### Data for this exercise
────────────────

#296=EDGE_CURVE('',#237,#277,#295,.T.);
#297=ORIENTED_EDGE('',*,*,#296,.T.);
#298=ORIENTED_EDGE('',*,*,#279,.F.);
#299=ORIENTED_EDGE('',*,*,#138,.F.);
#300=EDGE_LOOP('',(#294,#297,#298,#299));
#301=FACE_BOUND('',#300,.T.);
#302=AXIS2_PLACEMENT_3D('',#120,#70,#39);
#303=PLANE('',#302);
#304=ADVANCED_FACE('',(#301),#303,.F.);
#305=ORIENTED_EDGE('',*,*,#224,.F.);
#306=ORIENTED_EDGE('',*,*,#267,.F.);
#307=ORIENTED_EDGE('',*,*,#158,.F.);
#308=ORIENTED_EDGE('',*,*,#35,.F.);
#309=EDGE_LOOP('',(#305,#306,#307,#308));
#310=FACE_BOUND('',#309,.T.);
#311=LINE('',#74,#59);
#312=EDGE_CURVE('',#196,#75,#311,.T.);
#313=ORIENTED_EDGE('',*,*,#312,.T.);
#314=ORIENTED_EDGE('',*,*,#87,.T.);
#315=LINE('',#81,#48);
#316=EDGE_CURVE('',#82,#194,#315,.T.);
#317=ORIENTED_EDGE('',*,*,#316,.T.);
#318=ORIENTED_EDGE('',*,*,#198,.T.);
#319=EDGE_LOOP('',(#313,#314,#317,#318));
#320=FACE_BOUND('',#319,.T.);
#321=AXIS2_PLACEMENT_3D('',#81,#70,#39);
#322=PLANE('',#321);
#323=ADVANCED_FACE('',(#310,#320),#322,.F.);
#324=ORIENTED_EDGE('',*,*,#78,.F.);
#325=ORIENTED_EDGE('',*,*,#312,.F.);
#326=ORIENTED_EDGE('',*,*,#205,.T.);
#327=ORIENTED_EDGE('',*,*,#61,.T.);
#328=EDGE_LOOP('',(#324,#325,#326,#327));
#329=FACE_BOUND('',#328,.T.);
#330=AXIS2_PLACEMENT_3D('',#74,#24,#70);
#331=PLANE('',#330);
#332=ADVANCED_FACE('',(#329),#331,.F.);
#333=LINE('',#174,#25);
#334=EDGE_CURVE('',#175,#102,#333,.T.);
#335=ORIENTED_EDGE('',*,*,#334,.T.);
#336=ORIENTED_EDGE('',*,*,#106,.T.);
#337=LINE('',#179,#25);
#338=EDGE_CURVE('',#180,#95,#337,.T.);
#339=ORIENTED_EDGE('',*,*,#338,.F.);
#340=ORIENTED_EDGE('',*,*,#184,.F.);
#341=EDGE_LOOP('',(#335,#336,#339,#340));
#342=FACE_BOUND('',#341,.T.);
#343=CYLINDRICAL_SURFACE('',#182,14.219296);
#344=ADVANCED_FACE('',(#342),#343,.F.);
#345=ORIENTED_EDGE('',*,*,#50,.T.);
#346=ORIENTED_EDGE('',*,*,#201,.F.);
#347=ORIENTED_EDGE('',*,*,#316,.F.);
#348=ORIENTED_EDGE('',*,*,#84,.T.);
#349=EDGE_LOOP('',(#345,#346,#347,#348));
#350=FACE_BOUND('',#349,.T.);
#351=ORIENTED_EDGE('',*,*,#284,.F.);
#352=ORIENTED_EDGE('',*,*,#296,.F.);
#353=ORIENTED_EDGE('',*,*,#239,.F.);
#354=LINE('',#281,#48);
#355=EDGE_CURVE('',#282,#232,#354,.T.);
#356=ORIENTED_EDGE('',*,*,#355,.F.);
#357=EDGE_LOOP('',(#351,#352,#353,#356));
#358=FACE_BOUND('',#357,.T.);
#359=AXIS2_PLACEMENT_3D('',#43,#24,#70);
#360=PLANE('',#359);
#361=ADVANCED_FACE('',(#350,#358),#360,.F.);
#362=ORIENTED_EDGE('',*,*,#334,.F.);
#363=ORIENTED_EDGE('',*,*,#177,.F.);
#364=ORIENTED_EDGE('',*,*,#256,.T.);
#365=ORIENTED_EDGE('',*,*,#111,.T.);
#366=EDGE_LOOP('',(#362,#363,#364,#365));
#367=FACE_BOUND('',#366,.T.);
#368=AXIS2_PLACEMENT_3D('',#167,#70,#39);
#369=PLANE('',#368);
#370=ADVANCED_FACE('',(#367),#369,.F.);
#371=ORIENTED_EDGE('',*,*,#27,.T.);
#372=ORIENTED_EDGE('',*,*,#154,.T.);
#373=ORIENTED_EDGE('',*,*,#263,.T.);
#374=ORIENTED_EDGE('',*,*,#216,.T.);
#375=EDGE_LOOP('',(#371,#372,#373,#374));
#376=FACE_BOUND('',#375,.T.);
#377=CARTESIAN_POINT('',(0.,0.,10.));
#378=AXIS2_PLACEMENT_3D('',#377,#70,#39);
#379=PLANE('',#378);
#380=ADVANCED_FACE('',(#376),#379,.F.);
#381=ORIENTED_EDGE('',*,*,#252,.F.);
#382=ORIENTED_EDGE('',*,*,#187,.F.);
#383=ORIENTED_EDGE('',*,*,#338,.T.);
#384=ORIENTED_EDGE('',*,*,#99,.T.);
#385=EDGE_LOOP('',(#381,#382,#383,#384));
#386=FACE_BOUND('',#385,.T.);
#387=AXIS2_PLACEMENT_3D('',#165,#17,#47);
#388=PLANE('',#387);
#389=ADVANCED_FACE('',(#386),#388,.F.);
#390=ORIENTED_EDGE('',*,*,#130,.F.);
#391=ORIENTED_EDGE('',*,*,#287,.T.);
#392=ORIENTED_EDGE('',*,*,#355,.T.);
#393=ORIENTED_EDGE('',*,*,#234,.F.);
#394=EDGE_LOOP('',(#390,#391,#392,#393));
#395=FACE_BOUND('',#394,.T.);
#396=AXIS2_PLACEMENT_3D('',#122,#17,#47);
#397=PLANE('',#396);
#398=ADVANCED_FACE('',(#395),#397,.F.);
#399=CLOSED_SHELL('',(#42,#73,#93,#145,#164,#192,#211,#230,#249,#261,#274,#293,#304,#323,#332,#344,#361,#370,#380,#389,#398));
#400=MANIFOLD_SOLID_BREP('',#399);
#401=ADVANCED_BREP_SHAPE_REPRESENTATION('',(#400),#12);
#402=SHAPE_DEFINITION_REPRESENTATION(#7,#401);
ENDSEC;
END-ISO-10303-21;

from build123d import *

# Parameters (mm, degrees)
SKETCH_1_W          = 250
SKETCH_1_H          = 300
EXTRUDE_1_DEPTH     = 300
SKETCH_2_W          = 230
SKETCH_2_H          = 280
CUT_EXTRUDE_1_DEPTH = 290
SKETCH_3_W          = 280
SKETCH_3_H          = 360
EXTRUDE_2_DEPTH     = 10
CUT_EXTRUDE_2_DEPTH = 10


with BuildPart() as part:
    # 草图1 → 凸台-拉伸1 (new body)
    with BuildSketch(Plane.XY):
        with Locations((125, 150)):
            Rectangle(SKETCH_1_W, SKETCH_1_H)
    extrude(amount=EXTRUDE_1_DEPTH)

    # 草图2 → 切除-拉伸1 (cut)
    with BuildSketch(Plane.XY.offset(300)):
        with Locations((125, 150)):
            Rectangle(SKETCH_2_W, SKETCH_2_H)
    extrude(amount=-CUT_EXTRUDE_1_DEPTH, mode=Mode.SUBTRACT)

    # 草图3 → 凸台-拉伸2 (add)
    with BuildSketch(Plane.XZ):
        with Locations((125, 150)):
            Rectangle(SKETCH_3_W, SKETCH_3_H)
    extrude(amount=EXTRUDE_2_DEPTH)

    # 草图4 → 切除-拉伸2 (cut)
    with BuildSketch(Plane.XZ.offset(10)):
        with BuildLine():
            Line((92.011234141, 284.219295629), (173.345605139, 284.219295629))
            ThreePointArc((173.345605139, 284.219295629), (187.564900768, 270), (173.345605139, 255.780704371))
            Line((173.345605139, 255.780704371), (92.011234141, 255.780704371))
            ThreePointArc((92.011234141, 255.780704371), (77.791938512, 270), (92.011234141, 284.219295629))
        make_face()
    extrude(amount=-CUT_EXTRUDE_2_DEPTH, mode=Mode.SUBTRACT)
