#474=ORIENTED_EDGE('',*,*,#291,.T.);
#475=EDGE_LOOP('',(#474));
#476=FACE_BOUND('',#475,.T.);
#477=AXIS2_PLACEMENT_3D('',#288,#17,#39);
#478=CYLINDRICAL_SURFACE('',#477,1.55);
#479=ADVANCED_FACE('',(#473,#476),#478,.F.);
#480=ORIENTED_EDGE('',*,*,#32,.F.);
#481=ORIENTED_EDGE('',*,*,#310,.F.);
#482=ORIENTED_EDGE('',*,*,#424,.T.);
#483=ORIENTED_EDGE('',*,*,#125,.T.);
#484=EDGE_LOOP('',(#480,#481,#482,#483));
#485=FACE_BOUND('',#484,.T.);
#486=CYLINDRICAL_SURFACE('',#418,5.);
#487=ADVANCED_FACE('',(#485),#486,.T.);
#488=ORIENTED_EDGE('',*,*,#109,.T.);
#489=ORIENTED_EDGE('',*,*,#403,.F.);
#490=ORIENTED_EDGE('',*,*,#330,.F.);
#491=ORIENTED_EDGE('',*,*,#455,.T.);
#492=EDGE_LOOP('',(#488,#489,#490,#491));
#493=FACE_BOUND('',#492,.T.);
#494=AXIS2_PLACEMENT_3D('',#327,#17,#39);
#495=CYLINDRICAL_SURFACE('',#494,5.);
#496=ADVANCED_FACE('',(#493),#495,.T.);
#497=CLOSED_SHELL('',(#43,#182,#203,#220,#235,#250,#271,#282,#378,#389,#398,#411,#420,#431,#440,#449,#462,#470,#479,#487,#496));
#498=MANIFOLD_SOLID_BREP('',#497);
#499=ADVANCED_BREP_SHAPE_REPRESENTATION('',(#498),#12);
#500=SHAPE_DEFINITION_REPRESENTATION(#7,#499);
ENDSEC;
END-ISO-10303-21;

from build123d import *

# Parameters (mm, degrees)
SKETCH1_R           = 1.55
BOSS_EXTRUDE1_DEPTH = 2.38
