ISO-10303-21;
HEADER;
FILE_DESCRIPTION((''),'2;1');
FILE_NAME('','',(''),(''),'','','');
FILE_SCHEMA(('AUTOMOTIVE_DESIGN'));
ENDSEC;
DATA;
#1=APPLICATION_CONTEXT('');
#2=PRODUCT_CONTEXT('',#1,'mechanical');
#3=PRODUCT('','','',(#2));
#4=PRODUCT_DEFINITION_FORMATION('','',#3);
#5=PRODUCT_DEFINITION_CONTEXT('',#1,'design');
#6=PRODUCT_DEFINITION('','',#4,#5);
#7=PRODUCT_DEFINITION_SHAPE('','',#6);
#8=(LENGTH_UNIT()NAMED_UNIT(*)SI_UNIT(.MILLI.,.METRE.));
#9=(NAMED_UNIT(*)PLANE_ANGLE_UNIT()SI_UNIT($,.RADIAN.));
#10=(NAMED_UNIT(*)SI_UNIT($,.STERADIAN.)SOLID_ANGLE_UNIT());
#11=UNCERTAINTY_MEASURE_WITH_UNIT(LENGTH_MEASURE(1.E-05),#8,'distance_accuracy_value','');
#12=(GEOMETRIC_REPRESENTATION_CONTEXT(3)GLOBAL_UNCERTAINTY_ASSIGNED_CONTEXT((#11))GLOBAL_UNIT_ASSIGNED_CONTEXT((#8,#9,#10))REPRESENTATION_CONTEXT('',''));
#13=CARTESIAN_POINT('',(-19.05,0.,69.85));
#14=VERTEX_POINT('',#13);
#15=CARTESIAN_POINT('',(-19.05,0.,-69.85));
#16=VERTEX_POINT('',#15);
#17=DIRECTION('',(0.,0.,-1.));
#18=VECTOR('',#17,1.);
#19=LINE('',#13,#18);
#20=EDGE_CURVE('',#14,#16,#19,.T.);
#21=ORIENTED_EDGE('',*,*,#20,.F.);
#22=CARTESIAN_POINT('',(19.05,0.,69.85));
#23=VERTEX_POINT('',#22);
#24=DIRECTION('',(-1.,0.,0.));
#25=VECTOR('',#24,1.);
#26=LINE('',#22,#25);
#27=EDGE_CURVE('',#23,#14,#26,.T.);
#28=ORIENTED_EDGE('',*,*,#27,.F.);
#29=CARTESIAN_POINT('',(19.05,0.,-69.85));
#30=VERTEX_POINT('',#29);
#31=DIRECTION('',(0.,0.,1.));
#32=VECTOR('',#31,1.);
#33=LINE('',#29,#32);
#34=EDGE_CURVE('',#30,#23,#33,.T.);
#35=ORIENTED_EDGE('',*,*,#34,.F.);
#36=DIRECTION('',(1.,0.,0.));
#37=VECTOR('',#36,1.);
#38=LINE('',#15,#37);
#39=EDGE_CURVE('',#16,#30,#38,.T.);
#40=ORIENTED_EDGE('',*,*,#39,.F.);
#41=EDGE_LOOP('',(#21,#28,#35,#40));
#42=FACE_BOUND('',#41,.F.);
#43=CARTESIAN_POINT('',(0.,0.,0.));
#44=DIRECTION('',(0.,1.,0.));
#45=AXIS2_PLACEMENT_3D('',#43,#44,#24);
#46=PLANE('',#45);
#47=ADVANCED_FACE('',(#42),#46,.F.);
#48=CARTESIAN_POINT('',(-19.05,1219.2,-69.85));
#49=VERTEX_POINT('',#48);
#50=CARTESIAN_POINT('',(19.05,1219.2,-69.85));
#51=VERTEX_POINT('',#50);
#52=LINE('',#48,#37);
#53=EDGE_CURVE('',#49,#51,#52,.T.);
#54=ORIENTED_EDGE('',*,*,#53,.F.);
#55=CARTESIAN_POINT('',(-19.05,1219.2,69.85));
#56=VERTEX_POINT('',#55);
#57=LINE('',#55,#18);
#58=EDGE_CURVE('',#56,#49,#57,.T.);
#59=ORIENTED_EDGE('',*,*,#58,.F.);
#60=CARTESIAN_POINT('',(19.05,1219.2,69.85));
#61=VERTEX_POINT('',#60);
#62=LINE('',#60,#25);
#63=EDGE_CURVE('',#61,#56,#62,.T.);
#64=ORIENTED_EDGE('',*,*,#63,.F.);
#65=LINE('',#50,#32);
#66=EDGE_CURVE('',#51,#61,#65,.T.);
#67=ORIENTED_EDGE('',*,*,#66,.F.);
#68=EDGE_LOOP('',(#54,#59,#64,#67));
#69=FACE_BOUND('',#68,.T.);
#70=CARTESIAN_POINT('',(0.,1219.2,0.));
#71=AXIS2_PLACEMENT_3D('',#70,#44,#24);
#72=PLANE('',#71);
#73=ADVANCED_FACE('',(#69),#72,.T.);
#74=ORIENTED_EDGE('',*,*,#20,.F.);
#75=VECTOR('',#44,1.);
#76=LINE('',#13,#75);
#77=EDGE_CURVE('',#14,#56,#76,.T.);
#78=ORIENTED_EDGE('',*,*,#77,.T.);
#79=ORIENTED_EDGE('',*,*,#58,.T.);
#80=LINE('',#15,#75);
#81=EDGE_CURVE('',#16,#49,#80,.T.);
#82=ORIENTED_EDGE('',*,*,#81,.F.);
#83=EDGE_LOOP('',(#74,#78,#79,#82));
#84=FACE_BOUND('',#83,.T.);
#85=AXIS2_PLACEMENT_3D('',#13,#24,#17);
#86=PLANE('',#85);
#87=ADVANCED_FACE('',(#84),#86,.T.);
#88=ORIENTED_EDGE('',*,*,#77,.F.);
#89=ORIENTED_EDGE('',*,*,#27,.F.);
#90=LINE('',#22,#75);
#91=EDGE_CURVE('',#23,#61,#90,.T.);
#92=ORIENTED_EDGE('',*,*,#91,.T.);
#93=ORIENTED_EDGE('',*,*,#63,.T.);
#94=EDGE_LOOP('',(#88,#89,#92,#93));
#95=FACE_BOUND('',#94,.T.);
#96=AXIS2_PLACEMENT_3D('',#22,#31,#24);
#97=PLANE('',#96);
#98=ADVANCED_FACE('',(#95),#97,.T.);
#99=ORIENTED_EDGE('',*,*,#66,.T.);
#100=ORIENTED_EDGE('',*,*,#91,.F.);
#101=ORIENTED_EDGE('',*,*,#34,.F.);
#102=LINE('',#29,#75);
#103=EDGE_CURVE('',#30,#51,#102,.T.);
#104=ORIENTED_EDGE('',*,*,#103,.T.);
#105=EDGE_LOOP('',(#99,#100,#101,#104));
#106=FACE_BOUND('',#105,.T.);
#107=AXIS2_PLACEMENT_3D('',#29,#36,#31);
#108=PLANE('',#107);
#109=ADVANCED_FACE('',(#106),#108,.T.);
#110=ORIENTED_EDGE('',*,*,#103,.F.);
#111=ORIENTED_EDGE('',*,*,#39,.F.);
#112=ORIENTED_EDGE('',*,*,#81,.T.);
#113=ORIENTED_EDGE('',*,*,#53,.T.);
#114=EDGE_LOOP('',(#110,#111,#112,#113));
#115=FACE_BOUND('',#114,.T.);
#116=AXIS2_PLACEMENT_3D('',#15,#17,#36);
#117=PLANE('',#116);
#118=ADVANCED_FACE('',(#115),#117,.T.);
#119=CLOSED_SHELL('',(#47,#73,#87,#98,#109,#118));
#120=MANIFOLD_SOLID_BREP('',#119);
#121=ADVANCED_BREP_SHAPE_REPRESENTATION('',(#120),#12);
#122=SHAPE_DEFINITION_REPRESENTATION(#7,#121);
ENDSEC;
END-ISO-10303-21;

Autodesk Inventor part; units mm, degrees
ref_plane "YZ Plane" through (0, 0, 0) normal (1, 0, 0) x (0, 1, 0)
ref_plane "XZ Plane" through (0, 0, 0) normal (0, 1, 0) x (-1, 0, 0)
ref_plane "XY Plane" through (0, 0, 0) normal (0, 0, 1) x (1, 0, 0)
sketch "Sketch1" plane through (0, 0, 0) normal (0, 1, 0) x (-1, 0, 0)
  line L0 (-19.05, 69.85) -> (19.05, 69.85)
  line L1 (19.05, 69.85) -> (19.05, -69.85)
  line L2 (19.05, -69.85) -> (-19.05, -69.85)
  line L3 (-19.05, -69.85) -> (-19.05, 69.85)
  line L4 (-19.05, 69.85) -> (19.05, -69.85) construction
  line L5 (19.05, 69.85) -> (-19.05, -69.85) construction
  point P0 (0, 0)
  dimension "d0" = 38.1
  dimension "d1" = 139.7
extrude "Extrusion1" add sketch "Sketch1" along normal blind 1219.2
properties part number "2x6x4' vert"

────────────────

### Assignment
Could you retype exactly the lines above, starting at the line that contains "255.780704371), (92.011234141, 255.780704371))" and ending at the line that contains "#496=ADVANCED_FACE('',(#493),#495,.T.);", and nothing more?

### Answer space
            Line((173.345605139, 255.780704371), (92.011234141, 255.780704371))
            ThreePointArc((92.011234141, 255.780704371), (77.791938512, 270), (92.011234141, 284.219295629))
        make_face()
    extrude(amount=-CUT_EXTRUDE_2_DEPTH, mode=Mode.SUBTRACT)
#474=ORIENTED_EDGE('',*,*,#291,.T.);
#475=EDGE_LOOP('',(#474));
#476=FACE_BOUND('',#475,.T.);
#477=AXIS2_PLACEMENT_3D('',#288,#17,#39);
#478=CYLINDRICAL_SURFACE('',#477,1.55);
#479=ADVANCED_FACE('',(#473,#476),#478,.F.);
#480=ORIENTED_EDGE('',*,*,#32,.F.);
#481=ORIENTED_EDGE('',*,*,#310,.F.);
#482=ORIENTED_EDGE('',*,*,#424,.T.);
#483=ORIENTED_EDGE('',*,*,#125,.T.);
#484=EDGE_LOOP('',(#480,#481,#482,#483));
#485=FACE_BOUND('',#484,.T.);
#486=CYLINDRICAL_SURFACE('',#418,5.);
#487=ADVANCED_FACE('',(#485),#486,.T.);
#488=ORIENTED_EDGE('',*,*,#109,.T.);
#489=ORIENTED_EDGE('',*,*,#403,.F.);
#490=ORIENTED_EDGE('',*,*,#330,.F.);
#491=ORIENTED_EDGE('',*,*,#455,.T.);
#492=EDGE_LOOP('',(#488,#489,#490,#491));
#493=FACE_BOUND('',#492,.T.);
#494=AXIS2_PLACEMENT_3D('',#327,#17,#39);
#495=CYLINDRICAL_SURFACE('',#494,5.);
#496=ADVANCED_FACE('',(#493),#495,.T.);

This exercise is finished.